# Collected data
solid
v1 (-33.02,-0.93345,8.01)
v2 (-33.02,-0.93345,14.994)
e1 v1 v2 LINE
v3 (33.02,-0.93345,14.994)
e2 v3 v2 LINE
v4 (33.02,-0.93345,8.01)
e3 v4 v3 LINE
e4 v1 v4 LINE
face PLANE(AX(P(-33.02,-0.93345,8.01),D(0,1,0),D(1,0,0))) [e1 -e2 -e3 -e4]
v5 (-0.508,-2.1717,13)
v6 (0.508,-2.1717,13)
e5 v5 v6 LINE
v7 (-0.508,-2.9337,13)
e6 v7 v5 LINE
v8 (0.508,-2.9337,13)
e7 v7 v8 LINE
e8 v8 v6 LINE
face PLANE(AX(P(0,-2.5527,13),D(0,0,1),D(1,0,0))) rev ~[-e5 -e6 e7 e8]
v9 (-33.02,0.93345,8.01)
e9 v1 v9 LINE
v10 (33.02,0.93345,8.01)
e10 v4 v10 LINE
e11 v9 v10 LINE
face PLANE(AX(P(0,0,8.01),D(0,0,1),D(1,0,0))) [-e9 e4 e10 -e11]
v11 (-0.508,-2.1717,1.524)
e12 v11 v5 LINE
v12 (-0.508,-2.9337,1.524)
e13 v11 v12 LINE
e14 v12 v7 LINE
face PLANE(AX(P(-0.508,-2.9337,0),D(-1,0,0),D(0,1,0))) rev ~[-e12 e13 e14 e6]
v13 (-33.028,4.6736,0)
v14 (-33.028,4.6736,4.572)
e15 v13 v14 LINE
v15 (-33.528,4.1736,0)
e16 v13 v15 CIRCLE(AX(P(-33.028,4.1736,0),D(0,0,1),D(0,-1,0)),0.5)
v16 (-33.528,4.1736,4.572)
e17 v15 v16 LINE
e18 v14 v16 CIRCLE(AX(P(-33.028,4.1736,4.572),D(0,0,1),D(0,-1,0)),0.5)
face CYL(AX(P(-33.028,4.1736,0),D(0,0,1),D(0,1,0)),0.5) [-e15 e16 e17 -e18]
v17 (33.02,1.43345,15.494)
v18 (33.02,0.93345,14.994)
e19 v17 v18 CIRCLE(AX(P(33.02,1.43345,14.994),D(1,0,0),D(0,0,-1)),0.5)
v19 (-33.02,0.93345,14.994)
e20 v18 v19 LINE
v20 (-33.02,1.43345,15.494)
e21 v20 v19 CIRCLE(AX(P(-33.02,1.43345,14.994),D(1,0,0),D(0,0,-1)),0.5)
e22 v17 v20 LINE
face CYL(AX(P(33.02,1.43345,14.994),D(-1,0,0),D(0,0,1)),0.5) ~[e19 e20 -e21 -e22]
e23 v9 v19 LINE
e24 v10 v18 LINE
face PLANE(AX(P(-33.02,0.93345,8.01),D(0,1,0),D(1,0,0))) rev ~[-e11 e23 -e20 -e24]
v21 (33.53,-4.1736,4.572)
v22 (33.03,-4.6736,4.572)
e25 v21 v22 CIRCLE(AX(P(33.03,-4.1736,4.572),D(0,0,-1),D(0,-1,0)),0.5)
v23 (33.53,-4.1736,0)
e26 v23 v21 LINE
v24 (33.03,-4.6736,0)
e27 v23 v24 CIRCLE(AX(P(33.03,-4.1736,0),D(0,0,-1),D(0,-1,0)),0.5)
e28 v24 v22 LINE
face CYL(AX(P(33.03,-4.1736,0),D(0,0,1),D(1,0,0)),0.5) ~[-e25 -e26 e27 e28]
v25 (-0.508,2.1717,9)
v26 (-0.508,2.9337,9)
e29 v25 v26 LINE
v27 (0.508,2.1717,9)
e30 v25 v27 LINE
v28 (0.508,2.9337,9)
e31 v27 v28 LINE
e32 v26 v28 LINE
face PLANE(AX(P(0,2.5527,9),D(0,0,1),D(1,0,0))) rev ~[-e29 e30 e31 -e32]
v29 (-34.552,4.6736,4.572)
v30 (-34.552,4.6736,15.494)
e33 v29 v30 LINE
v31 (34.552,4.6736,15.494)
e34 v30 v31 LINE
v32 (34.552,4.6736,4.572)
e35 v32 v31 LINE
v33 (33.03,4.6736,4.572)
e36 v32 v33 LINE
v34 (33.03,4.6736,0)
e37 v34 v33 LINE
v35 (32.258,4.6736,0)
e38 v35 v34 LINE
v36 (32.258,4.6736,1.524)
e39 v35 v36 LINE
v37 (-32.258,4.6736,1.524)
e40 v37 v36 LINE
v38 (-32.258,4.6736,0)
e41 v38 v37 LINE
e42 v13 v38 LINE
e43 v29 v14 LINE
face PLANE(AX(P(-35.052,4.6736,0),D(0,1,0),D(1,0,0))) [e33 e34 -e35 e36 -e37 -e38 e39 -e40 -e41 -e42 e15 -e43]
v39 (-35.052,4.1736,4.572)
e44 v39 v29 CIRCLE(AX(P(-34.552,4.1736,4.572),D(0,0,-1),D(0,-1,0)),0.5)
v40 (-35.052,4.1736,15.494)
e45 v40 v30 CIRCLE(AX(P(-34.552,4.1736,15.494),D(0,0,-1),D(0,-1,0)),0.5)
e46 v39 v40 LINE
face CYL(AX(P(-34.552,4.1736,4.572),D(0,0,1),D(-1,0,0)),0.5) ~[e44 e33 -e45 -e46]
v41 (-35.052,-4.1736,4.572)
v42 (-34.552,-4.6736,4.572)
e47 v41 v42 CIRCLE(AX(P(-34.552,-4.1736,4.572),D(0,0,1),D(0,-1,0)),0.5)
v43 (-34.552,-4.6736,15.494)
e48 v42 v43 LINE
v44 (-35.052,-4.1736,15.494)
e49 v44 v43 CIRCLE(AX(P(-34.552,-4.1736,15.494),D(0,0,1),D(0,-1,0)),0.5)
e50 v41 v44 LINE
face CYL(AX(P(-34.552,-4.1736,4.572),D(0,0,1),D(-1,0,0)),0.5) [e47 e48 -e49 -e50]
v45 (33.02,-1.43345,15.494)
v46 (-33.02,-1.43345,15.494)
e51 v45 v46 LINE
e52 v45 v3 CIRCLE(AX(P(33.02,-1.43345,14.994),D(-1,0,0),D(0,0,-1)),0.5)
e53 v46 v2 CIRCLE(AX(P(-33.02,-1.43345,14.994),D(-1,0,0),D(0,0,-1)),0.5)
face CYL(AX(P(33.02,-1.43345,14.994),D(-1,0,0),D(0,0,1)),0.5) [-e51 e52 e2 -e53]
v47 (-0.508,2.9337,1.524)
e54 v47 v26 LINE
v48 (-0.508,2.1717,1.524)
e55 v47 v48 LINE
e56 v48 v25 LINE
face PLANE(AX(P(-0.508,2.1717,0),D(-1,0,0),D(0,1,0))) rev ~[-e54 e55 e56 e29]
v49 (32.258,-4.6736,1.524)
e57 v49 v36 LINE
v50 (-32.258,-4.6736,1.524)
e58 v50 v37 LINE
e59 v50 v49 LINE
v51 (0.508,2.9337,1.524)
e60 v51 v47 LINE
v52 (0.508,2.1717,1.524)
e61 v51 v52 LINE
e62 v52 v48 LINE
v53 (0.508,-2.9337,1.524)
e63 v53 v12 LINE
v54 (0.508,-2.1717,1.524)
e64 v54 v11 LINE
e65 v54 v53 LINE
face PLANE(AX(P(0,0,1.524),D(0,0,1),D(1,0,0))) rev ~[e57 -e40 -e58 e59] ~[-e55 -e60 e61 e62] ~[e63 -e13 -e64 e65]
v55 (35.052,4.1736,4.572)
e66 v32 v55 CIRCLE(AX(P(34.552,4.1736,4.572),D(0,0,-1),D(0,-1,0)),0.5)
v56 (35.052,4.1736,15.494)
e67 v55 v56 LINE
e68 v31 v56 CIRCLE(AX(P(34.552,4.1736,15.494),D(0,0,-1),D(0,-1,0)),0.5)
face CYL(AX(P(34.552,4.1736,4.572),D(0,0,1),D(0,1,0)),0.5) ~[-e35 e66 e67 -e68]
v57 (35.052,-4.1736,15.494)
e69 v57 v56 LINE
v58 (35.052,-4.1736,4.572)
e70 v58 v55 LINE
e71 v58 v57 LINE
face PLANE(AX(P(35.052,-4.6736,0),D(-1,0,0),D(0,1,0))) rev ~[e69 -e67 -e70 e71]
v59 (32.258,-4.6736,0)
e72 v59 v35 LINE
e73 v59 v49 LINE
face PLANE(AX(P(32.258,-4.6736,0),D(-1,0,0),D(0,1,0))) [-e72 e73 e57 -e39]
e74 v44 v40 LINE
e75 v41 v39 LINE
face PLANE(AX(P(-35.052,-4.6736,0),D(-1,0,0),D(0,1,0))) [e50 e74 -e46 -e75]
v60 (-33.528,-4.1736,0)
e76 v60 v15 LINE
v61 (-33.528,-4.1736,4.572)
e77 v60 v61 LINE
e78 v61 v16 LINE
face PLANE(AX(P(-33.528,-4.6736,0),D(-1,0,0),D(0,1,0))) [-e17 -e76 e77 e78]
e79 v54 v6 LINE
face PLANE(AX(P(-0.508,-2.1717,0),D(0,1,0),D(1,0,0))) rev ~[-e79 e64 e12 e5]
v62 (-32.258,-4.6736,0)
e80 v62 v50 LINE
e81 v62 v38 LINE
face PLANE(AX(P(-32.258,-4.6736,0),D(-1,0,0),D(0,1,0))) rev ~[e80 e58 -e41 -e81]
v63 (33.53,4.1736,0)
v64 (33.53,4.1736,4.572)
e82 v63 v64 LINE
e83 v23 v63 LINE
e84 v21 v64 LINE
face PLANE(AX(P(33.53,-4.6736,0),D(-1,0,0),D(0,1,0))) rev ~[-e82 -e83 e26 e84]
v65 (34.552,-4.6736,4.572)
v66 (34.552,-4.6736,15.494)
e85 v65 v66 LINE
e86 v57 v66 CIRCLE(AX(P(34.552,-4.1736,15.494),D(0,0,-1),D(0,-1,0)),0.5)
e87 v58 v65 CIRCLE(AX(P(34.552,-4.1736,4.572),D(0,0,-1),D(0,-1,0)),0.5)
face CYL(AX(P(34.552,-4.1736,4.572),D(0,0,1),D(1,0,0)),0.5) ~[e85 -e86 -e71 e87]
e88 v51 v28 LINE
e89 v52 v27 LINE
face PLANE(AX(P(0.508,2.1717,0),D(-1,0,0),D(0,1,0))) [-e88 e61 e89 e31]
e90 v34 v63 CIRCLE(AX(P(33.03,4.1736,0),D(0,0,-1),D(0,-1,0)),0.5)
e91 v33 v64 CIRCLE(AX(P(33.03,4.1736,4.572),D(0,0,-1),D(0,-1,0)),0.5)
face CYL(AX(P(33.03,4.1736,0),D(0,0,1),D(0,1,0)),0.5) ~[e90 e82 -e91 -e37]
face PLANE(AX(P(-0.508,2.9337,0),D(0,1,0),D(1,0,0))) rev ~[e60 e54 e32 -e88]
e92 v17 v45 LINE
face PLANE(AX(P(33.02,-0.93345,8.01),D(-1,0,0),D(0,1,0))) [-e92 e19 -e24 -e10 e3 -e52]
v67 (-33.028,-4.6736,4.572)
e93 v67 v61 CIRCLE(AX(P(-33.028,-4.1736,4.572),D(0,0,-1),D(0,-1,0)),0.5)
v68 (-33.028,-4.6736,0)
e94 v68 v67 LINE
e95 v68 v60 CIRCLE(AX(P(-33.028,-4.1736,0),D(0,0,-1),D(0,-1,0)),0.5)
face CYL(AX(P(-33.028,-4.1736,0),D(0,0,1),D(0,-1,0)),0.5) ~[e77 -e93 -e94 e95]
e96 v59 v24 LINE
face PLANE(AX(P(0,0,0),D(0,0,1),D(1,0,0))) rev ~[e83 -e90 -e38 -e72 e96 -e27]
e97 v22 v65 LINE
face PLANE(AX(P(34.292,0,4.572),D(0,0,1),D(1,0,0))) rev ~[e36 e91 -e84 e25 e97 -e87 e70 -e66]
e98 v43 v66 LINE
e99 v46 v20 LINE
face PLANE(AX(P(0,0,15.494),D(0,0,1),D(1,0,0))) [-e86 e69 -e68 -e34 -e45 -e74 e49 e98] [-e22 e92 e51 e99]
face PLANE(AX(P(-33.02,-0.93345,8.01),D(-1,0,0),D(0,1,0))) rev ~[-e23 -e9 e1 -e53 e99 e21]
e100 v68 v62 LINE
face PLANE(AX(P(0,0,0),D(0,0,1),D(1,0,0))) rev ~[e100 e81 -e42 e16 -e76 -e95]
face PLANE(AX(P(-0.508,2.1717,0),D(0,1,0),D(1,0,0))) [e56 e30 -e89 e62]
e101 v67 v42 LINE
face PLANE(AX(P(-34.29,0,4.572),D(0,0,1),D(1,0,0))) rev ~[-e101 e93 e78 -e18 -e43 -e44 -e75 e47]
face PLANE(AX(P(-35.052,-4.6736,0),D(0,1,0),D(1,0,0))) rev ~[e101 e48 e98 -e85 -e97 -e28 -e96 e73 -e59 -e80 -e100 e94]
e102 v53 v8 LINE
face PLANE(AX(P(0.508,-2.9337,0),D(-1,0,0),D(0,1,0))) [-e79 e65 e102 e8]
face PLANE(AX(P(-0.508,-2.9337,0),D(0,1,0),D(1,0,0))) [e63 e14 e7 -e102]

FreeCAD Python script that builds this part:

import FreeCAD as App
import Part
import Sketcher

V = App.Vector
Q = App.Units.Quantity


def edges_at(feature, points):
    """Names of the edges that pass closest to the given points."""
    edges = feature.Shape.Edges
    near = lambda p: min(range(len(edges)), key=lambda i: edges[i].distToShape(Part.Vertex(*p))[0])
    return sorted({f"Edge{near(p) + 1}" for p in points})

doc = App.newDocument("Part")
body = doc.addObject("PartDesign::Body", "Body")

sketch1 = body.newObject("Sketcher::SketchObject", "Sketch")
sketch1.AttachmentSupport = (doc.getObject("XY_Plane"), [""])
sketch1.MapMode = "FlatFace"
sketch1.addGeometry(Part.LineSegment(V(-35, 5, 0), V(-35, -5, 0)), False)
sketch1.addGeometry(Part.LineSegment(V(-35, -5, 0), V(35, -5, 0)), False)
sketch1.addGeometry(Part.LineSegment(V(35, -5, 0), V(35, 5, 0)), False)
sketch1.addGeometry(Part.LineSegment(V(35, 5, 0), V(-35, 5, 0)), False)
sketch1.addConstraint(Sketcher.Constraint("Coincident", 0, 2, 1, 1))
sketch1.addConstraint(Sketcher.Constraint("Coincident", 1, 2, 2, 1))
sketch1.addConstraint(Sketcher.Constraint("Coincident", 2, 2, 3, 1))
sketch1.addConstraint(Sketcher.Constraint("Coincident", 3, 2, 0, 1))
sketch1.addConstraint(Sketcher.Constraint("Vertical", 0))
sketch1.addConstraint(Sketcher.Constraint("Horizontal", 1))
sketch1.addConstraint(Sketcher.Constraint("Vertical", 2))
sketch1.addConstraint(Sketcher.Constraint("Horizontal", 3))
sketch1.addConstraint(Sketcher.Constraint("Symmetric", 0, 2, 2, 2, -1, 1))
sketch1.addConstraint(Sketcher.Constraint("DistanceX", 1, 1, 1, 2, Q("2.76 in")))
sketch1.addConstraint(Sketcher.Constraint("DistanceY", 0, 2, 0, 1, Q("0.368 in")))
pad1 = body.newObject("PartDesign::Pad", "Pad")
pad1.Profile = sketch1
pad1.Length = Q("0.61 in")

sketch2 = body.newObject("Sketcher::SketchObject", "Sketch001")
sketch2.AttachmentSupport = (doc.getObject("XY_Plane"), [""])
sketch2.MapMode = "FlatFace"
sketch2.AttachmentOffset = App.Placement(V(0, 0, 8.01), App.Rotation())
sketch2.addGeometry(Part.LineSegment(V(-33, 0.9, 0), V(-33, -0.9, 0)), False)
sketch2.addGeometry(Part.LineSegment(V(-33, -0.9, 0), V(33, -0.9, 0)), False)
sketch2.addGeometry(Part.LineSegment(V(33, -0.9, 0), V(33, 0.9, 0)), False)
sketch2.addGeometry(Part.LineSegment(V(33, 0.9, 0), V(-33, 0.9, 0)), False)
sketch2.addConstraint(Sketcher.Constraint("Coincident", 0, 2, 1, 1))
sketch2.addConstraint(Sketcher.Constraint("Coincident", 1, 2, 2, 1))
sketch2.addConstraint(Sketcher.Constraint("Coincident", 2, 2, 3, 1))
sketch2.addConstraint(Sketcher.Constraint("Coincident", 3, 2, 0, 1))
sketch2.addConstraint(Sketcher.Constraint("Vertical", 0))
sketch2.addConstraint(Sketcher.Constraint("Horizontal", 1))
sketch2.addConstraint(Sketcher.Constraint("Vertical", 2))
sketch2.addConstraint(Sketcher.Constraint("Horizontal", 3))
sketch2.addConstraint(Sketcher.Constraint("Symmetric", 0, 2, 2, 2, -1, 1))
sketch2.addConstraint(Sketcher.Constraint("DistanceX", 1, 1, 1, 2, Q("2.6 in")))
sketch2.addConstraint(Sketcher.Constraint("DistanceY", 0, 2, 0, 1, Q("0.0735 in")))
pocket1 = body.newObject("PartDesign::Pocket", "Pocket")
pocket1.Profile = sketch2
pocket1.Length = Q("0.295 in")
pocket1.Reversed = True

# PROBLEM STATEMENT
Leave out every line above except those from the line with "e54 v47 v26 LINE" up to and including the line with "e65 v54 v53 LINE", and copy those exactly.

# SOLUTION TO THE EXERCISE
e54 v47 v26 LINE
v48 (-0.508,2.1717,1.524)
e55 v47 v48 LINE
e56 v48 v25 LINE
face PLANE(AX(P(-0.508,2.1717,0),D(-1,0,0),D(0,1,0))) rev ~[-e54 e55 e56 e29]
v49 (32.258,-4.6736,1.524)
e57 v49 v36 LINE
v50 (-32.258,-4.6736,1.524)
e58 v50 v37 LINE
e59 v50 v49 LINE
v51 (0.508,2.9337,1.524)
e60 v51 v47 LINE
v52 (0.508,2.1717,1.524)
e61 v51 v52 LINE
e62 v52 v48 LINE
v53 (0.508,-2.9337,1.524)
e63 v53 v12 LINE
v54 (0.508,-2.1717,1.524)
e64 v54 v11 LINE
e65 v54 v53 LINE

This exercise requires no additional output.